(Data extract):
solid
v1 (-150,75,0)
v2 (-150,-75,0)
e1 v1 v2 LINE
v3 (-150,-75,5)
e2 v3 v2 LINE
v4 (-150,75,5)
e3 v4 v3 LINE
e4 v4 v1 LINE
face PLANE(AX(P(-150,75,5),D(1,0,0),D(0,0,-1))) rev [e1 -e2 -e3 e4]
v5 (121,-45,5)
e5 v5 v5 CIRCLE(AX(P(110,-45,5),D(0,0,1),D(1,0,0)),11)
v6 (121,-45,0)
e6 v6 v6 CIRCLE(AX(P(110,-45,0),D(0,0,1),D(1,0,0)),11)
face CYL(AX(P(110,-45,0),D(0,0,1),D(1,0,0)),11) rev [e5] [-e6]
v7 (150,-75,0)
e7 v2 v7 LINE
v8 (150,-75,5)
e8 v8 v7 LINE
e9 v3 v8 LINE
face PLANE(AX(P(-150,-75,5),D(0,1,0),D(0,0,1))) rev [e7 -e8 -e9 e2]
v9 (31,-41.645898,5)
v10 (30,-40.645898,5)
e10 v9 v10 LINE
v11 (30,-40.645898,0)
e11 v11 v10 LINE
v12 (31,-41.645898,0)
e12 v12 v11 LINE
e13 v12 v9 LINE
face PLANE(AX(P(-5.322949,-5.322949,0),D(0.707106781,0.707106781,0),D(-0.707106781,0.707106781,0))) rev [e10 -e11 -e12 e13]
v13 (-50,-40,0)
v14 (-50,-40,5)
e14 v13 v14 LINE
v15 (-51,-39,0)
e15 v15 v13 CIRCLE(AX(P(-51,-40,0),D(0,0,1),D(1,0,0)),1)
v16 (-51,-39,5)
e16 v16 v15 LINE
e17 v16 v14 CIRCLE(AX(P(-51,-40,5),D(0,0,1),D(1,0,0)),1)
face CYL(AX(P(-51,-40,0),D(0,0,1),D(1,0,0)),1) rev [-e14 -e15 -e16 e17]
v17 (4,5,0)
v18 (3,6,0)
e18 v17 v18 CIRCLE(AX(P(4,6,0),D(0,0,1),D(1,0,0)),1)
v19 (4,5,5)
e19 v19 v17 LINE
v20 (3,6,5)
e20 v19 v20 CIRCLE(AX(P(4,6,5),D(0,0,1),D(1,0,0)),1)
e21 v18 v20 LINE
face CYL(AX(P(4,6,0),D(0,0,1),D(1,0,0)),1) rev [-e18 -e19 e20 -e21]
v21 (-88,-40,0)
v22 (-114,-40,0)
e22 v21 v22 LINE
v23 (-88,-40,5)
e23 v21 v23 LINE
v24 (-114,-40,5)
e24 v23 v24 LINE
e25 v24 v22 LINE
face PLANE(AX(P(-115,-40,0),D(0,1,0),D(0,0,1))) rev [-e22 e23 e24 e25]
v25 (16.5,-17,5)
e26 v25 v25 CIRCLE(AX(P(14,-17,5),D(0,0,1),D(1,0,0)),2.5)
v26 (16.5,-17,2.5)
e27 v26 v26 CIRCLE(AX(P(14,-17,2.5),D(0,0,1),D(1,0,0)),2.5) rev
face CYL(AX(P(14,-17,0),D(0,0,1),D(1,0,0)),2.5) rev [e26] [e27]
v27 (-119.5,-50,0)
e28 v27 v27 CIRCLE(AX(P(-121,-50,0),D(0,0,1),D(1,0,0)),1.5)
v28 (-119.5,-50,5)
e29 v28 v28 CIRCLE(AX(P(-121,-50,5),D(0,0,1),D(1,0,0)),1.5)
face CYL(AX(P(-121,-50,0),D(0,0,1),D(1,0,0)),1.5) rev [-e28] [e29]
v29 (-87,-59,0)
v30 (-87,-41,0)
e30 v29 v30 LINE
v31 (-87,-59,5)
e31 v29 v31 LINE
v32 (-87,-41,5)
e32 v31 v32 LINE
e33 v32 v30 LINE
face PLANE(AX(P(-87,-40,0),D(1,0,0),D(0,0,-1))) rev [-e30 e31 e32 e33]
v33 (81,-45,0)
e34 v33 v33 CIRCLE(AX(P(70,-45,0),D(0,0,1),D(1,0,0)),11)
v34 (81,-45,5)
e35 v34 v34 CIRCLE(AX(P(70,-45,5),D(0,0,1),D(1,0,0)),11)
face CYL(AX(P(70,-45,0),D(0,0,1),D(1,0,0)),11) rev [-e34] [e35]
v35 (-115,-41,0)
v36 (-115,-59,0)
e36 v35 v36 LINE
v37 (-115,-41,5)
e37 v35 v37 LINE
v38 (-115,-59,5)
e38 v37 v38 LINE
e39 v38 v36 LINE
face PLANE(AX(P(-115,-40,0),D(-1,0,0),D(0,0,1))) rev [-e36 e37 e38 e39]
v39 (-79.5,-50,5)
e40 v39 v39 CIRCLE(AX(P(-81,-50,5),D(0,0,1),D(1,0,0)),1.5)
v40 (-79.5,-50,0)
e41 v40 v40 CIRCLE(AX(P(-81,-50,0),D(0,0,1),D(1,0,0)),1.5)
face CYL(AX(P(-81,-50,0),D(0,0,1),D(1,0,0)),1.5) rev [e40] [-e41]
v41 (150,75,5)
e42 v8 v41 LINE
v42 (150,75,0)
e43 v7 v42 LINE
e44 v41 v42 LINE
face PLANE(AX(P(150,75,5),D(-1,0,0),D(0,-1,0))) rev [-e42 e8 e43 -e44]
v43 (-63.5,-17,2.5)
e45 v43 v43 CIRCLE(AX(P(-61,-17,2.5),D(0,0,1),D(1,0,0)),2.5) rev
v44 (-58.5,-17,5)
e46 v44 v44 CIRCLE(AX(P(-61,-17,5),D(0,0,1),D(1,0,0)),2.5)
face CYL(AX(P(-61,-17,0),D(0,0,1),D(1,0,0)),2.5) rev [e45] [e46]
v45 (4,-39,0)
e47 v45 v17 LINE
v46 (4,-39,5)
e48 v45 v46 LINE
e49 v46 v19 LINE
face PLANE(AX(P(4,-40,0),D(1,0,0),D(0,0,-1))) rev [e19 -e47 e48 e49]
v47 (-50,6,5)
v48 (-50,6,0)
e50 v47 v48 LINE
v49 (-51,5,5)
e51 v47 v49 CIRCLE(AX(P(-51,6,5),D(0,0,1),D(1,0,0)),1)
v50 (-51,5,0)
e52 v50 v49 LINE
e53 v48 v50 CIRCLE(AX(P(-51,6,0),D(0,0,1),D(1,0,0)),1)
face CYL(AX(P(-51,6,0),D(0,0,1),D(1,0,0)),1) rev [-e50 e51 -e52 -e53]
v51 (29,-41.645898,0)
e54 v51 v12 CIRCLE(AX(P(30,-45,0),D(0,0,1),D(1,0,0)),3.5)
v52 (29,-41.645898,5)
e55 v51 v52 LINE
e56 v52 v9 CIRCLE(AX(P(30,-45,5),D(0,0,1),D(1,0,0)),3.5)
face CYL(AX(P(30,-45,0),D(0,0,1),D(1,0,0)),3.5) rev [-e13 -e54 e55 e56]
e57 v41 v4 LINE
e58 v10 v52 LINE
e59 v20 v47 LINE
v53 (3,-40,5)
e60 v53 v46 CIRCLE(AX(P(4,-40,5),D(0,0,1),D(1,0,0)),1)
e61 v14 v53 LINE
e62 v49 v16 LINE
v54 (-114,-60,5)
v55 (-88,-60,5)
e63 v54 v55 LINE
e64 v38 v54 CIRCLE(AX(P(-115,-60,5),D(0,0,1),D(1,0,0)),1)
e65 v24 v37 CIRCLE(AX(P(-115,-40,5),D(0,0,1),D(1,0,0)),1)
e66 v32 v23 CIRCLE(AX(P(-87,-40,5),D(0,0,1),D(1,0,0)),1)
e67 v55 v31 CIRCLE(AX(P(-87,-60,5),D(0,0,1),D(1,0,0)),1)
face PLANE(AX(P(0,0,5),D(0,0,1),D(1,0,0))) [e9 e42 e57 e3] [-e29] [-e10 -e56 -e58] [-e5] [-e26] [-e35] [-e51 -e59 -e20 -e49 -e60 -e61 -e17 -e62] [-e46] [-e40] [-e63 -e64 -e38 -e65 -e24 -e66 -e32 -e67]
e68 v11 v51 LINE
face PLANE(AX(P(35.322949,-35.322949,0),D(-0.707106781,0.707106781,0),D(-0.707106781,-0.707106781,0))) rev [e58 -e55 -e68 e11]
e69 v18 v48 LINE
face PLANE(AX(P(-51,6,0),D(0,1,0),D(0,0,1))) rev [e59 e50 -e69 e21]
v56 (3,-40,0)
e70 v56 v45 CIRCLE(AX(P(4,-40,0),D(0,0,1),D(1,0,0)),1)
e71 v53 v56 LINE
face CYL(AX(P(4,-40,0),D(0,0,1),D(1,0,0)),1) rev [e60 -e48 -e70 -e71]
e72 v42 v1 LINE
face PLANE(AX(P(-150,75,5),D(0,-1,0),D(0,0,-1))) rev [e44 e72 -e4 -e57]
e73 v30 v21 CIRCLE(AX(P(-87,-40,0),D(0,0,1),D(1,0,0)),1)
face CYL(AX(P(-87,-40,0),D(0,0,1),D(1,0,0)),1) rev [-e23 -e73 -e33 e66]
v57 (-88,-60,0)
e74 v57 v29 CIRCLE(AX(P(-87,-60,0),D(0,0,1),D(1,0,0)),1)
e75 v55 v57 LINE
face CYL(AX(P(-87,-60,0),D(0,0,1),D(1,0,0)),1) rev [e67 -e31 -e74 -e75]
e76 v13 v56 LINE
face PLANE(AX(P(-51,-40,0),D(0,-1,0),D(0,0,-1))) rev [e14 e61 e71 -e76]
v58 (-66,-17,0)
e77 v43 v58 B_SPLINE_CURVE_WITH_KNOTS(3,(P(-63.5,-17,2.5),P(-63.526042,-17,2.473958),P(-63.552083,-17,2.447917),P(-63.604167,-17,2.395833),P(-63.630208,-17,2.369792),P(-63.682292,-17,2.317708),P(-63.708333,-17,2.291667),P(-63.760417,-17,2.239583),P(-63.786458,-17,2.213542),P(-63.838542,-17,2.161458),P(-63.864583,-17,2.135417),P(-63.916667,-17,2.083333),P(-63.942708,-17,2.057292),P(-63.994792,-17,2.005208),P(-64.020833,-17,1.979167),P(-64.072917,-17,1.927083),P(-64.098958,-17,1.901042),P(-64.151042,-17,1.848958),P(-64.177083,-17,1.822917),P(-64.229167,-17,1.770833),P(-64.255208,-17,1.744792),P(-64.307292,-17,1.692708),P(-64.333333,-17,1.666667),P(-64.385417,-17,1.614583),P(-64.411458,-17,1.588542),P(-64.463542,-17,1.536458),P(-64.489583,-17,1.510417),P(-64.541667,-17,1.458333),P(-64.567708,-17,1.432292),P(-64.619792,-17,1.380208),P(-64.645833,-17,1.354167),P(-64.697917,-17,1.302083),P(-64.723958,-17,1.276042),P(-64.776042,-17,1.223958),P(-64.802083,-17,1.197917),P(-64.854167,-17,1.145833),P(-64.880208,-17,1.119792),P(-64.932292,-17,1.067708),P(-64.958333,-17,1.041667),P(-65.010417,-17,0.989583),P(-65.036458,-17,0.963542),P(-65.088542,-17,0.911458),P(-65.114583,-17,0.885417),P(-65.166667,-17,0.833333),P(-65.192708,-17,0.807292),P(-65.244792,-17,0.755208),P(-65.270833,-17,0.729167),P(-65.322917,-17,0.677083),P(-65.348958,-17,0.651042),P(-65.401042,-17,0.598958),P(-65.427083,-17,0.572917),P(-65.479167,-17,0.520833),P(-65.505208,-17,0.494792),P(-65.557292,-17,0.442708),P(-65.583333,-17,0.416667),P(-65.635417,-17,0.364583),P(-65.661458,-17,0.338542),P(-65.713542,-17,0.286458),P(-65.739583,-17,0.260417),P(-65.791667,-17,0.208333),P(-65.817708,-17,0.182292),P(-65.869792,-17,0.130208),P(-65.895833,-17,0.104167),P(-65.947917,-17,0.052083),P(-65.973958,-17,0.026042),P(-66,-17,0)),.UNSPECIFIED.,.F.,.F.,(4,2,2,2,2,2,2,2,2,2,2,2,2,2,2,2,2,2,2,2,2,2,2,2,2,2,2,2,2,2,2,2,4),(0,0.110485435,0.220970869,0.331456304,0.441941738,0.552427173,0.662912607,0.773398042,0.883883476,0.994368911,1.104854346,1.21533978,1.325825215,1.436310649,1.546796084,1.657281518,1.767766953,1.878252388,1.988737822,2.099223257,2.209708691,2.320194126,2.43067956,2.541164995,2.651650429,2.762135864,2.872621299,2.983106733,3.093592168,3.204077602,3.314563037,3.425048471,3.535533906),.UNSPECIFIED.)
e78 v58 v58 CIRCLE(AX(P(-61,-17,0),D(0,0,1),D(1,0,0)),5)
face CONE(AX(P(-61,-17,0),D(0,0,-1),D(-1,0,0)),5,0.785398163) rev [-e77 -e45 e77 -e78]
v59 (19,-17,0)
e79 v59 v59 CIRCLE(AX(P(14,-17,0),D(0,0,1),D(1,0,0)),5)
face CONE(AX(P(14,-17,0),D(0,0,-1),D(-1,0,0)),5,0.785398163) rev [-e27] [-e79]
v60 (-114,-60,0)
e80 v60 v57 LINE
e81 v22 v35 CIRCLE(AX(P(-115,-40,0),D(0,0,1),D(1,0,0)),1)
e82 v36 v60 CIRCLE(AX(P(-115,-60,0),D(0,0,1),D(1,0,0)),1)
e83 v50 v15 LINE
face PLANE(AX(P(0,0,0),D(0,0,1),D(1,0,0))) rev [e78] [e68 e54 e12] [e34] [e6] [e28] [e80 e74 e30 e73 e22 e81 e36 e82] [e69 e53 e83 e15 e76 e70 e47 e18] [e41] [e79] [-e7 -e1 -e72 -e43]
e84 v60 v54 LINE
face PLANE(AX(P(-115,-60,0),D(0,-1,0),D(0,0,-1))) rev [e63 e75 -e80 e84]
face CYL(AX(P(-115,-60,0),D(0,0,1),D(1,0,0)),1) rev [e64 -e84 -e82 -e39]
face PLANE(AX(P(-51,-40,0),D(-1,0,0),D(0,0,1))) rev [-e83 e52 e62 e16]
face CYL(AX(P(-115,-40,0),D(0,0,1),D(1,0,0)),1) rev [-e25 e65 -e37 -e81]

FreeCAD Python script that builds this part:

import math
import FreeCAD as App
import Part
import Sketcher
Q = App.Units.Quantity


def edges_at(feature, points):
    """Names of the edges that pass closest to the given points."""
    edges = feature.Shape.Edges
    near = lambda p: min(range(len(edges)), key=lambda i: edges[i].distToShape(Part.Vertex(*p))[0])
    return sorted({f"Edge{near(p) + 1}" for p in points})


def add_polygon(sketch, points):
    """Adds a closed chain of lines whose ends are joined by coincident constraints."""
    first, n = sketch.GeometryCount, len(points)
    for a, b in zip(points, points[1:] + points[:1]):
        sketch.addGeometry(Part.LineSegment(App.Vector(*a, 0), App.Vector(*b, 0)), False)
    for i in range(n):
        sketch.addConstraint(Sketcher.Constraint("Coincident", first + i, 2, first + (i + 1) % n, 1))

doc = App.newDocument("Part")
body = doc.addObject("PartDesign::Body", "Body")

# Sketch on XY plane
sketch1 = body.newObject("Sketcher::SketchObject", "Sketch")
sketch1.AttachmentSupport = (doc.getObject("XY_Plane"), [""])
sketch1.MapMode = "FlatFace"
add_polygon(sketch1, [(-150, 75), (-150, -75), (150, -75), (150, 75)])  # lines 0-3
sketch1.addConstraint([
    Sketcher.Constraint("Vertical", 0),
    Sketcher.Constraint("Horizontal", 1),
    Sketcher.Constraint("Vertical", 2),
    Sketcher.Constraint("Horizontal", 3),
    Sketcher.Constraint("Symmetric", 0, 2, 2, 2, -1, 1),
    Sketcher.Constraint("DistanceX", 1, 1, 1, 2, Q("300 mm")),
    Sketcher.Constraint("DistanceY", 0, 2, 0, 1, Q("150 mm")),
])
pad1 = body.newObject("PartDesign::Pad", "Pad")
pad1.Profile = sketch1
pad1.Length = 5

# Sketch on XY plane
sketch2 = body.newObject("Sketcher::SketchObject", "Sketch001")
sketch2.AttachmentSupport = (doc.getObject("XY_Plane"), [""])
sketch2.MapMode = "FlatFace"
sketch2.AttachmentOffset = App.Placement(App.Vector(0, 0, 5), App.Rotation())
sketch2.addGeometry(Part.Circle(App.Vector(-121, -50, 0), App.Vector(0, 0, 1), 1.5), False)  # 0
sketch2.addGeometry(Part.Circle(App.Vector(-81, -50, 0), App.Vector(0, 0, 1), 1.5), False)  # 1
add_polygon(sketch2, [(-115, -40), (-115, -60), (-87, -60), (-87, -40)])  # lines 2-5
sketch2.addConstraint([
    Sketcher.Constraint("Vertical", 2),
    Sketcher.Constraint("Horizontal", 3),
    Sketcher.Constraint("Vertical", 4),
    Sketcher.Constraint("Horizontal", 5),
    Sketcher.Constraint("Equal", 0, 1),
    Sketcher.Constraint("Horizontal", 0, 3, 1, 3),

(Work item): The expected result is a copy of each line in the records where "CONE" appears.

(Output of the task):
face CONE(AX(P(-61,-17,0),D(0,0,-1),D(-1,0,0)),5,0.785398163) rev [-e77 -e45 e77 -e78]
face CONE(AX(P(14,-17,0),D(0,0,-1),D(-1,0,0)),5,0.785398163) rev [-e27] [-e79]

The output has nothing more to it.